The final statement of this column suggested that perhaps someone with the authority and the resources (i.e. the centre)
should move to provide us with a public service wide Web 2.0 platform, as suggested in David Eaves Column (to which we linked).

We are already involved, in many of the informal renewal channels alluded to by the comments, however we have had to rally most of our efforts on our own accord, without the benefit of being pointed in the right direction. The simple example of the PS wide web 2.0 platform would be an easy way to draw in participation from people who want to participate but cannot find an avenue for their creative energy.

We hope this clarifies our column. Thanks for your feedback.]

Original Column Below:


Kevin Lynch, the Clerk of the Privy Council, presented a deck on Public Service Renewal at the 2008 APEX Conference.

[Editorial Note: The Clerk’s deck is suggested pre-reading for what follows. The commentary below responds to his presentation. We would also recommend this deck presented by Max Valiquette, President of Youthography Inc. as it provides additional context.]


The first half of the Clerk’s presentation was an explanation of why Public Service Renewal matters. It contained all of the latest demographic data and used it to hammer home the importance of the Renewal imperative.

Here’s the rub.

We here at (contributors and patrons alike) already know Public Service Renewal matters; we already know why it matters. Surely Public Service executives already know why Renewal matters. We’re fairly certain that those of us who are genuinely interested in Renewal want to hear less ‘why’ and more ‘how’. The commentary below is therefore aimed not Clerk’s “Demographic Imperative” but on the issue of communication and engagement.

The Clerk’s deck closes with a slide on Key Public Service Renewal Messages, only one of which we want to touch on here. Specifically, the Clerk’s final point (our questions there to in parenthesis):

Communications and your engagement are key to renewal:

  • Get Involved! (How? When? During NPSW?)
  • Speak up! (Where? Can we be critical, or does that contravene PS values & ethics?)
  • Make suggestions! (To whom?)
  • Become part of renewal! (We want to, tell us how?)
  • Be make a difference! (It doesn't feel that way to us... not yet.)

If we have truly found the key for renewal then we must have some inclination of where the lock is?

Don’t we? No? Not yet?

The underlying question is a recurrent and imperative one – tell us how!?

Tell Us How to Participate in the Renewal Process

Should we step outside the Public Service and start a website dedicated to Public Service Renewal like others have? Only to eventually be brought back into it after proving your mettle? Are our contributions undermined because we have to preface them with disclaimers and tread lightly for fear of reprisal? While the above comments are somewhat tongue in cheek, the underlying point is that there are ways to get involved within the existing Public Service framework, but they are often informal undertakings, spread by word of mouth, and subject to sharp declines in interest due to the mobility of labour within the Public Service.

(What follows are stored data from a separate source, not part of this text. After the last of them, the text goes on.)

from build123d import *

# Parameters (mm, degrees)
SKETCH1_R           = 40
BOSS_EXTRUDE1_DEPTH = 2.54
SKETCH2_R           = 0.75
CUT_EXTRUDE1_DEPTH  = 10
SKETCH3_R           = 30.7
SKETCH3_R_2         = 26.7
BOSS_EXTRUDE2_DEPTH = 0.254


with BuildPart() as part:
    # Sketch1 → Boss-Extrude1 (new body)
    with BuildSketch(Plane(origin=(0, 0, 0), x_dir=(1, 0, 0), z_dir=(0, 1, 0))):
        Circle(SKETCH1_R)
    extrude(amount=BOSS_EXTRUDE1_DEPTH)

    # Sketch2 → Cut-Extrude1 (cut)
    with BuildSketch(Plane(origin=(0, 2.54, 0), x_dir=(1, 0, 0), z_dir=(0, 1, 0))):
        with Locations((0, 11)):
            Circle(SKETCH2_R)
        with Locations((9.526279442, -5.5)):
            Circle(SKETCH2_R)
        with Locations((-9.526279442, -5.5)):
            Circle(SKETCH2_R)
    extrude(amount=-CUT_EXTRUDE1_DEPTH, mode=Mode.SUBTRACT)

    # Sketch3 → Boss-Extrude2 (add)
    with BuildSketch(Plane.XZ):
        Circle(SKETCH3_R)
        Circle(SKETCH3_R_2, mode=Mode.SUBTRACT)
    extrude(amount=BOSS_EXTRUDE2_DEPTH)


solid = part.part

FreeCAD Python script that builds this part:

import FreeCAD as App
import Part
import Sketcher
from FreeCAD import Vector
Q = App.Units.Quantity

doc = App.newDocument("Part")
body = doc.addObject("PartDesign::Body", "Body")

sketch1 = body.newObject("Sketcher::SketchObject", "Sketch")
sketch1.AttachmentSupport = (doc.getObject("XZ_Plane"), [""])
sketch1.MapMode = "FlatFace"
sketch1.addGeometry(Part.Circle(Vector(0, 0, 0), Vector(0, 0, 1), 40), False)
sketch1.addConstraint([
    Sketcher.Constraint("Coincident", 0, 3, -1, 1),
    Sketcher.Constraint("Diameter", 0, Q("80 mm")),
])
pad1 = body.newObject("PartDesign::Pad", "Pad")
pad1.Profile = sketch1
pad1.Length = 2.54
pad1.Reversed = True

sketch2 = body.newObject("Sketcher::SketchObject", "Sketch001")
sketch2.AttachmentSupport = (doc.getObject("XZ_Plane"), [""])
sketch2.MapMode = "FlatFace"
sketch2.AttachmentOffset = App.Placement(Vector(0, 0, -2.54), App.Rotation())
sketch2.addGeometry([
    Part.Circle(Vector(0, -11, 0), Vector(0, 0, 1), 0.75),
    Part.Circle(Vector(9.526279, 5.5, 0), Vector(0, 0, 1), 0.75),
    Part.Circle(Vector(-9.526279, 5.5, 0), Vector(0, 0, 1), 0.75),
], False)
sketch2.addConstraint([
    Sketcher.Constraint("Equal", 0, 1),
    Sketcher.Constraint("Equal", 1, 2),
    Sketcher.Constraint("Symmetric", 1, 3, 2, 3, -2),
    Sketcher.Constraint("PointOnObject", 0, 3, -2),
    Sketcher.Constraint("Diameter", 0, Q("1.5 mm")),
    Sketcher.Constraint("DistanceY", 0, 3, -1, 1, Q("11 mm")),
    Sketcher.Constraint("DistanceY", -1, 1, 1, 3, Q("5.5 mm")),
    Sketcher.Constraint("DistanceX", -1, 1, 1, 3, Q("9.526279 mm")),
])
pocket1 = body.newObject("PartDesign::Pocket", "Pocket")
pocket1.Profile = sketch2
pocket1.Length = 10
pocket1.Reversed = True

sketch3 = body.newObject("Sketcher::SketchObject", "Sketch002")
sketch3.AttachmentSupport = (doc.getObject("XZ_Plane"), [""])
sketch3.MapMode = "FlatFace"
sketch3.addGeometry([
    Part.Circle(Vector(0, 0, 0), Vector(0, 0, 1), 30.7),
    Part.Circle(Vector(0, 0, 0), Vector(0, 0, 1), 26.7),
], False)
sketch3.addConstraint([
    Sketcher.Constraint("Coincident", 0, 3, -1, 1),
    Sketcher.Constraint("Coincident", 1, 3, -1, 1),
    Sketcher.Constraint("Diameter", 0, Q("61.4 mm")),
    Sketcher.Constraint("Diameter", 1, Q("53.4 mm")),
])
pad2 = body.newObject("PartDesign::Pad", "Pad001")
pad2.Profile = sketch3
pad2.Length = 0.254

doc.recompute()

If the Public Service wants to engage youth in the renewal process it needs to provide opportunities to participate and provide feedback, and it should be done in a manner that allows for both the productive use of the latest technologies and face-to-face interactions. Moreover, these opportunities need to be easy to find, properly resourced, and actively championed by Senior Management. That being said, engagement at all levels and across all demographics is important.

We think there is an opportunity here for strong leadership from the centre on creating a mechanism that would facilitate both communication and engagement – the key to renewal.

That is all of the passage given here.